EXERCISE INPUTS =>
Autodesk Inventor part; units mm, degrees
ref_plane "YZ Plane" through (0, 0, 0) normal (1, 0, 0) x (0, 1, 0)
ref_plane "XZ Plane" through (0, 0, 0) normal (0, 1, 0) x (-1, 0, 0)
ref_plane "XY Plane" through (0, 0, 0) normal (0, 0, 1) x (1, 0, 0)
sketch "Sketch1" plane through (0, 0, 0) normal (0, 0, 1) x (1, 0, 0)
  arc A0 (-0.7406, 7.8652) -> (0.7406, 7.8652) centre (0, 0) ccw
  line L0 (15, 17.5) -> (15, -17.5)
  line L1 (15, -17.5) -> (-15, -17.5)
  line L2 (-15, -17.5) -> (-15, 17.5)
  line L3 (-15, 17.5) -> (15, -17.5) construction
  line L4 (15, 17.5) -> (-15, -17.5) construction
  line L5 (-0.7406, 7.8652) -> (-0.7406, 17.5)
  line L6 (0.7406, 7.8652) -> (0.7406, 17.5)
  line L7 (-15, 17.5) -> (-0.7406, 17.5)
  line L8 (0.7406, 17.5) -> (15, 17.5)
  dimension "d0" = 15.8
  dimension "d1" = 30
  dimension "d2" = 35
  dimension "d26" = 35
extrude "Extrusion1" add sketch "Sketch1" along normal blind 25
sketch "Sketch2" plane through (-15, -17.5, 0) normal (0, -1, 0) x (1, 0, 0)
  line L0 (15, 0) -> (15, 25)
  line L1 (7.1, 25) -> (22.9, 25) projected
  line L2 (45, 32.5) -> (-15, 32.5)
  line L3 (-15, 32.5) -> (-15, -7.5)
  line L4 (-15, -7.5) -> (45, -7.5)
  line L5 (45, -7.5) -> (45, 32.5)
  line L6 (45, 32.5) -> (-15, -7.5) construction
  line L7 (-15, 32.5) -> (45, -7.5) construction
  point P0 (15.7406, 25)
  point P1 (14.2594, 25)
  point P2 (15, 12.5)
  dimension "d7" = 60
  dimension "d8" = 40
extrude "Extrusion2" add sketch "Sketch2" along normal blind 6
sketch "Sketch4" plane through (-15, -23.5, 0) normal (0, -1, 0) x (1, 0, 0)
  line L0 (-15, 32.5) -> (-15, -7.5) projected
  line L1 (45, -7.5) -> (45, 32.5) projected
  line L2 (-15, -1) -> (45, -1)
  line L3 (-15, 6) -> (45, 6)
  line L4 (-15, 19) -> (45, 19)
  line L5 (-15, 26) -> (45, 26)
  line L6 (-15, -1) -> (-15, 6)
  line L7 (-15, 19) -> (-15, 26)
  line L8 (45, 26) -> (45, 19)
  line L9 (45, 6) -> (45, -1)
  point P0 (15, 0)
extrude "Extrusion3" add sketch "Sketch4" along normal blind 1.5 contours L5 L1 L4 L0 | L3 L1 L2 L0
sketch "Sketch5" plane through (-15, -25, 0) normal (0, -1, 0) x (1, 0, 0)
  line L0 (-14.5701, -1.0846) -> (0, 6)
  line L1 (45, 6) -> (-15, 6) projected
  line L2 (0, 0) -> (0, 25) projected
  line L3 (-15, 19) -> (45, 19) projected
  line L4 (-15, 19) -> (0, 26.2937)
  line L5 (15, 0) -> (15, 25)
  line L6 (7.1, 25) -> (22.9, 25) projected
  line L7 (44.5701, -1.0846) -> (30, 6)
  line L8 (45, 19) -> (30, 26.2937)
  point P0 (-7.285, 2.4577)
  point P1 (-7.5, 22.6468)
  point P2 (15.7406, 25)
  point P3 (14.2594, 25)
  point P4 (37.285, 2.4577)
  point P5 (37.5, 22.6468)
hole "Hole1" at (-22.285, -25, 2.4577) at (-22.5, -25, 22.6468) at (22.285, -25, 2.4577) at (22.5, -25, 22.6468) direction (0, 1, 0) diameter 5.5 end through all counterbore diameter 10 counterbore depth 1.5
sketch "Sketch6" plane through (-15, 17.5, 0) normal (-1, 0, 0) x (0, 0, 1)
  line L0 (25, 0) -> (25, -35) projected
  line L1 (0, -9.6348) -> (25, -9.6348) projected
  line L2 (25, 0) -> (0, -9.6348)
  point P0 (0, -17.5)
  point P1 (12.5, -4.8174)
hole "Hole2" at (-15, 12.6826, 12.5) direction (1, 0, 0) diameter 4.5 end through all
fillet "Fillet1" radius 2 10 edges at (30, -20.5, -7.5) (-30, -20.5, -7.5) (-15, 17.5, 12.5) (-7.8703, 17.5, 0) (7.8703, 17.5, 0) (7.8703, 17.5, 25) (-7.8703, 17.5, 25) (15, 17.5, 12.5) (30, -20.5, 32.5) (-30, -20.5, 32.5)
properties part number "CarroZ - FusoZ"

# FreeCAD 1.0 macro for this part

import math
import FreeCAD as App
import Part
import Sketcher

V = App.Vector


def edges_at(feature, points):
    """Names of the edges that pass closest to the given points."""
    edges = feature.Shape.Edges
    near = lambda p: min(range(len(edges)), key=lambda i: edges[i].distToShape(Part.Vertex(*p))[0])
    return sorted({f"Edge{near(p) + 1}" for p in points})

doc = App.newDocument("Part")
body = doc.addObject("PartDesign::Body", "Body")

# Sketch on XY plane
sketch1 = body.newObject("Sketcher::SketchObject", "Sketch")
sketch1.AttachmentSupport = (doc.getObject("XY_Plane"), [""])
sketch1.MapMode = "FlatFace"
sketch1.addGeometry([
    Part.ArcOfCircle(Part.Circle(V(0, 0, 0), V(0, 0, 1), 7.899991), math.radians(95.379203), math.radians(444.620797)),  # 0
    Part.LineSegment(V(-0.7406, 7.8652, 0), V(-0.7406, 17.5, 0)),  # 1
    Part.LineSegment(V(-0.7406, 17.5, 0), V(-15, 17.5, 0)),  # 2
    Part.LineSegment(V(-15, 17.5, 0), V(-15, -17.5, 0)),  # 3
    Part.LineSegment(V(-15, -17.5, 0), V(15, -17.5, 0)),  # 4
    Part.LineSegment(V(15, -17.5, 0), V(15, 17.5, 0)),  # 5
    Part.LineSegment(V(15, 17.5, 0), V(0.7406, 17.5, 0)),  # 6
    Part.LineSegment(V(0.7406, 17.5, 0), V(0.7406, 7.8652, 0)),  # 7
], False)
sketch1.addConstraint([
    Sketcher.Constraint("Coincident", 0, 1, 1, 1),
    Sketcher.Constraint("Coincident", 1, 2, 2, 1),
    Sketcher.Constraint("Coincident", 2, 2, 3, 1),
    Sketcher.Constraint("Coincident", 3, 2, 4, 1),
    Sketcher.Constraint("Coincident", 4, 2, 5, 1),
    Sketcher.Constraint("Coincident", 5, 2, 6, 1),
    Sketcher.Constraint("Coincident", 6, 2, 7, 1),
    Sketcher.Constraint("Coincident", 7, 2, 0, 2),
    Sketcher.Constraint("Vertical", 1),
    Sketcher.Constraint("Horizontal", 2),
    Sketcher.Constraint("Vertical", 3),
    Sketcher.Constraint("Horizontal", 4),
    Sketcher.Constraint("Vertical", 5),
    Sketcher.Constraint("Horizontal", 6),
    Sketcher.Constraint("Vertical", 7),
    Sketcher.Constraint("Coincident", 0, 3, -1, 1),
    Sketcher.Constraint("Symmetric", 2, 2, 4, 2, -1, 1),
    Sketcher.Constraint("Symmetric", 1, 2, 6, 2, -2),
    Sketcher.Constraint("Radius", 0, 7.9),
    Sketcher.Constraint("DistanceX", 4, 1, 4, 2, 30.0),
    Sketcher.Constraint("DistanceY", 3, 2, 3, 1, 35.0),
    Sketcher.Constraint("DistanceX", 2, 2, 2, 1, 14.2594),
])
pad1 = body.newObject("PartDesign::Pad", "Pad")
pad1.Profile = sketch1
pad1.Length = 25

# Sketch on XZ plane
sketch2 = body.newObject("Sketcher::SketchObject", "Sketch001")
sketch2.AttachmentSupport = (doc.getObject("XZ_Plane"), [""])
sketch2.MapMode = "FlatFace"
sketch2.AttachmentOffset = App.Placement(V(0, 0, 17.5), App.Rotation())
sketch2.addGeometry([
    Part.LineSegment(V(30, -7.5, 0), V(30, 32.5, 0)),
    Part.LineSegment(V(30, 32.5, 0), V(-30, 32.5, 0)),
    Part.LineSegment(V(-30, 32.5, 0), V(-30, -7.5, 0)),
    Part.LineSegment(V(-30, -7.5, 0), V(30, -7.5, 0)),
], False)
sketch2.addConstraint([
    Sketcher.Constraint("Coincident", 0, 2, 1, 1),
    Sketcher.Constraint("Coincident", 1, 2, 2, 1),
    Sketcher.Constraint("Coincident", 2, 2, 3, 1),
    Sketcher.Constraint("Coincident", 3, 2, 0, 1),
    Sketcher.Constraint("Vertical", 0),
    Sketcher.Constraint("Horizontal", 1),
    Sketcher.Constraint("Vertical", 2),
    Sketcher.Constraint("Horizontal", 3),
    Sketcher.Constraint("DistanceX", 1, 2, 1, 1, 60.0),
    Sketcher.Constraint("DistanceY", 0, 1, 0, 2, 40.0),
    Sketcher.Constraint("DistanceX", -1, 1, 0, 2, 30.0),
    Sketcher.Constraint("DistanceY", -1, 1, 0, 2, 32.5),
])
pad2 = body.newObject("PartDesign::Pad", "Pad001")
pad2.Profile = sketch2
pad2.Length = 6

# Sketch on XZ plane
sketch3 = body.newObject("Sketcher::SketchObject", "Sketch002")
sketch3.AttachmentSupport = (doc.getObject("XZ_Plane"), [""])
sketch3.MapMode = "FlatFace"
sketch3.AttachmentOffset = App.Placement(V(0, 0, 23.5), App.Rotation())
sketch3.addGeometry([
    Part.LineSegment(V(30, 26, 0), V(-30, 26, 0)),  # 0
    Part.LineSegment(V(-30, 26, 0), V(-30, 19, 0)),  # 1
    Part.LineSegment(V(-30, 19, 0), V(30, 19, 0)),  # 2
    Part.LineSegment(V(30, 19, 0), V(30, 26, 0)),  # 3
    Part.LineSegment(V(30, 6, 0), V(-30, 6, 0)),  # 4
    Part.LineSegment(V(-30, 6, 0), V(-30, -1, 0)),  # 5
    Part.LineSegment(V(-30, -1, 0), V(30, -1, 0)),  # 6
    Part.LineSegment(V(30, -1, 0), V(30, 6, 0)),  # 7
], False)
sketch3.addConstraint([
    Sketcher.Constraint("Coincident", 0, 2, 1, 1),
    Sketcher.Constraint("Coincident", 1, 2, 2, 1),
    Sketcher.Constraint("Coincident", 2, 2, 3, 1),
    Sketcher.Constraint("Coincident", 3, 2, 0, 1),
    Sketcher.Constraint("Coincident", 4, 2, 5, 1),
    Sketcher.Constraint("Coincident", 5, 2, 6, 1),
    Sketcher.Constraint("Coincident", 6, 2, 7, 1),
    Sketcher.Constraint("Coincident", 7, 2, 4, 1),
    Sketcher.Constraint("Horizontal", 0),
    Sketcher.Constraint("Vertical", 1),
    Sketcher.Constraint("Horizontal", 2),
    Sketcher.Constraint("Vertical", 3),
    Sketcher.Constraint("Horizontal", 4),
    Sketcher.Constraint("Vertical", 5),
    Sketcher.Constraint("Horizontal", 6),
    Sketcher.Constraint("Vertical", 7),
    Sketcher.Constraint("Vertical", 1, 2, 4, 2),
    Sketcher.Constraint("Vertical", 3, 2, 6, 2),
    Sketcher.Constraint("Equal", 3, 5),
    Sketcher.Constraint("DistanceX", 0, 2, 0, 1, 60.0),
    Sketcher.Constraint("DistanceY", 1, 2, 1, 1, 7.0),
    Sketcher.Constraint("DistanceX", 0, 2, -1, 1, 30.0),
    Sketcher.Constraint("DistanceY", -1, 1, 0, 2, 26.0),
    Sketcher.Constraint("DistanceY", -1, 1, 4, 2, 6.0),
])
pad3 = body.newObject("PartDesign::Pad", "Pad002")
pad3.Profile = sketch3
pad3.Length = 1.5

# Sketch on XZ plane
sketch4 = body.newObject("Sketcher::SketchObject", "Sketch003")
sketch4.AttachmentSupport = (doc.getObject("XZ_Plane"), [""])
sketch4.MapMode = "FlatFace"
sketch4.AttachmentOffset = App.Placement(V(0, 0, 25), App.Rotation())
sketch4.addGeometry([
    Part.Circle(V(-22.285, 2.4577, 0), V(0, 0, 1), 2.75),
    Part.Circle(V(-22.5, 22.6468, 0), V(0, 0, 1), 2.75),
    Part.Circle(V(22.285, 2.4577, 0), V(0, 0, 1), 2.75),
    Part.Circle(V(22.5, 22.6468, 0), V(0, 0, 1), 2.75),
], False)
sketch4.addConstraint([
    Sketcher.Constraint("Equal", 0, 1),
    Sketcher.Constraint("Equal", 1, 2),
    Sketcher.Constraint("Equal", 2, 3),
    Sketcher.Constraint("Symmetric", 0, 3, 2, 3, -2),
    Sketcher.Constraint("Symmetric", 1, 3, 3, 3, -2),
    Sketcher.Constraint("Diameter", 0, 5.5),
    Sketcher.Constraint("DistanceX", 1, 3, 3, 3, 45.0),
    Sketcher.Constraint("DistanceX", 0, 3, 2, 3, 44.57),
    Sketcher.Constraint("DistanceY", 0, 3, 1, 3, 20.189),
    Sketcher.Constraint("DistanceY", -1, 1, 0, 3, 2.4577),
])
doc.recompute()
hole = body.newObject("PartDesign::Hole", "Hole")
hole.Profile = sketch4
hole.ThreadType = "None"
hole.Diameter = 5.5
hole.DepthType = "ThroughAll"
hole.HoleCutType = "Counterbore"
hole.HoleCutDiameter = 10
hole.HoleCutDepth = 1.5

# Sketch on YZ plane
sketch5 = body.newObject("Sketcher::SketchObject", "Sketch004")
sketch5.AttachmentSupport = (doc.getObject("YZ_Plane"), [""])
sketch5.MapMode = "FlatFace"
sketch5.AttachmentOffset = App.Placement(V(0, 0, -15), App.Rotation())
sketch5.addGeometry(Part.Circle(V(12.6826, 12.5, 0), V(0, 0, 1), 2.25), False)
sketch5.addConstraint([
    Sketcher.Constraint("Diameter", 0, 4.5),
    Sketcher.Constraint("DistanceY", -1, 1, 0, 3, 12.5),
    Sketcher.Constraint("DistanceX", -1, 1, 0, 3, 12.6826),
])
doc.recompute()
hole2 = body.newObject("PartDesign::Hole", "Hole001")
hole2.Profile = sketch5
hole2.ThreadType = "None"
hole2.Diameter = 4.5
hole2.DepthType = "ThroughAll"
hole2.Reversed = True
doc.recompute()

fillet = body.newObject("PartDesign::Fillet", "Fillet")
fillet.Base = (hole2, edges_at(hole2, [
    (30, -20.5, -7.5),
    (-30, -20.5, -7.5),
    (-15, 17.5, 12.5),
    (-7.87, 17.5, 0),
    (7.87, 17.5, 0),
    (7.87, 17.5, 25),
    (-7.87, 17.5, 25),
    (15, 17.5, 12.5),
    (30, -20.5, 32.5),
    (-30, -20.5, 32.5),
]))
fillet.Radius = 2

doc.recompute()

YOUR OBJECTIVE => All lines above from the one with "point P0 (15, 0)" to the one with "4.5 end through all", inclusive, should be copied exactly, and no other lines.

RESPONSE TO THIS EXERCISE =>
  point P0 (15, 0)
extrude "Extrusion3" add sketch "Sketch4" along normal blind 1.5 contours L5 L1 L4 L0 | L3 L1 L2 L0
sketch "Sketch5" plane through (-15, -25, 0) normal (0, -1, 0) x (1, 0, 0)
  line L0 (-14.5701, -1.0846) -> (0, 6)
  line L1 (45, 6) -> (-15, 6) projected
  line L2 (0, 0) -> (0, 25) projected
  line L3 (-15, 19) -> (45, 19) projected
  line L4 (-15, 19) -> (0, 26.2937)
  line L5 (15, 0) -> (15, 25)
  line L6 (7.1, 25) -> (22.9, 25) projected
  line L7 (44.5701, -1.0846) -> (30, 6)
  line L8 (45, 19) -> (30, 26.2937)
  point P0 (-7.285, 2.4577)
  point P1 (-7.5, 22.6468)
  point P2 (15.7406, 25)
  point P3 (14.2594, 25)
  point P4 (37.285, 2.4577)
  point P5 (37.5, 22.6468)
hole "Hole1" at (-22.285, -25, 2.4577) at (-22.5, -25, 22.6468) at (22.285, -25, 2.4577) at (22.5, -25, 22.6468) direction (0, 1, 0) diameter 5.5 end through all counterbore diameter 10 counterbore depth 1.5
sketch "Sketch6" plane through (-15, 17.5, 0) normal (-1, 0, 0) x (0, 0, 1)
  line L0 (25, 0) -> (25, -35) projected
  line L1 (0, -9.6348) -> (25, -9.6348) projected
  line L2 (25, 0) -> (0, -9.6348)
  point P0 (0, -17.5)
  point P1 (12.5, -4.8174)
hole "Hole2" at (-15, 12.6826, 12.5) direction (1, 0, 0) diameter 4.5 end through all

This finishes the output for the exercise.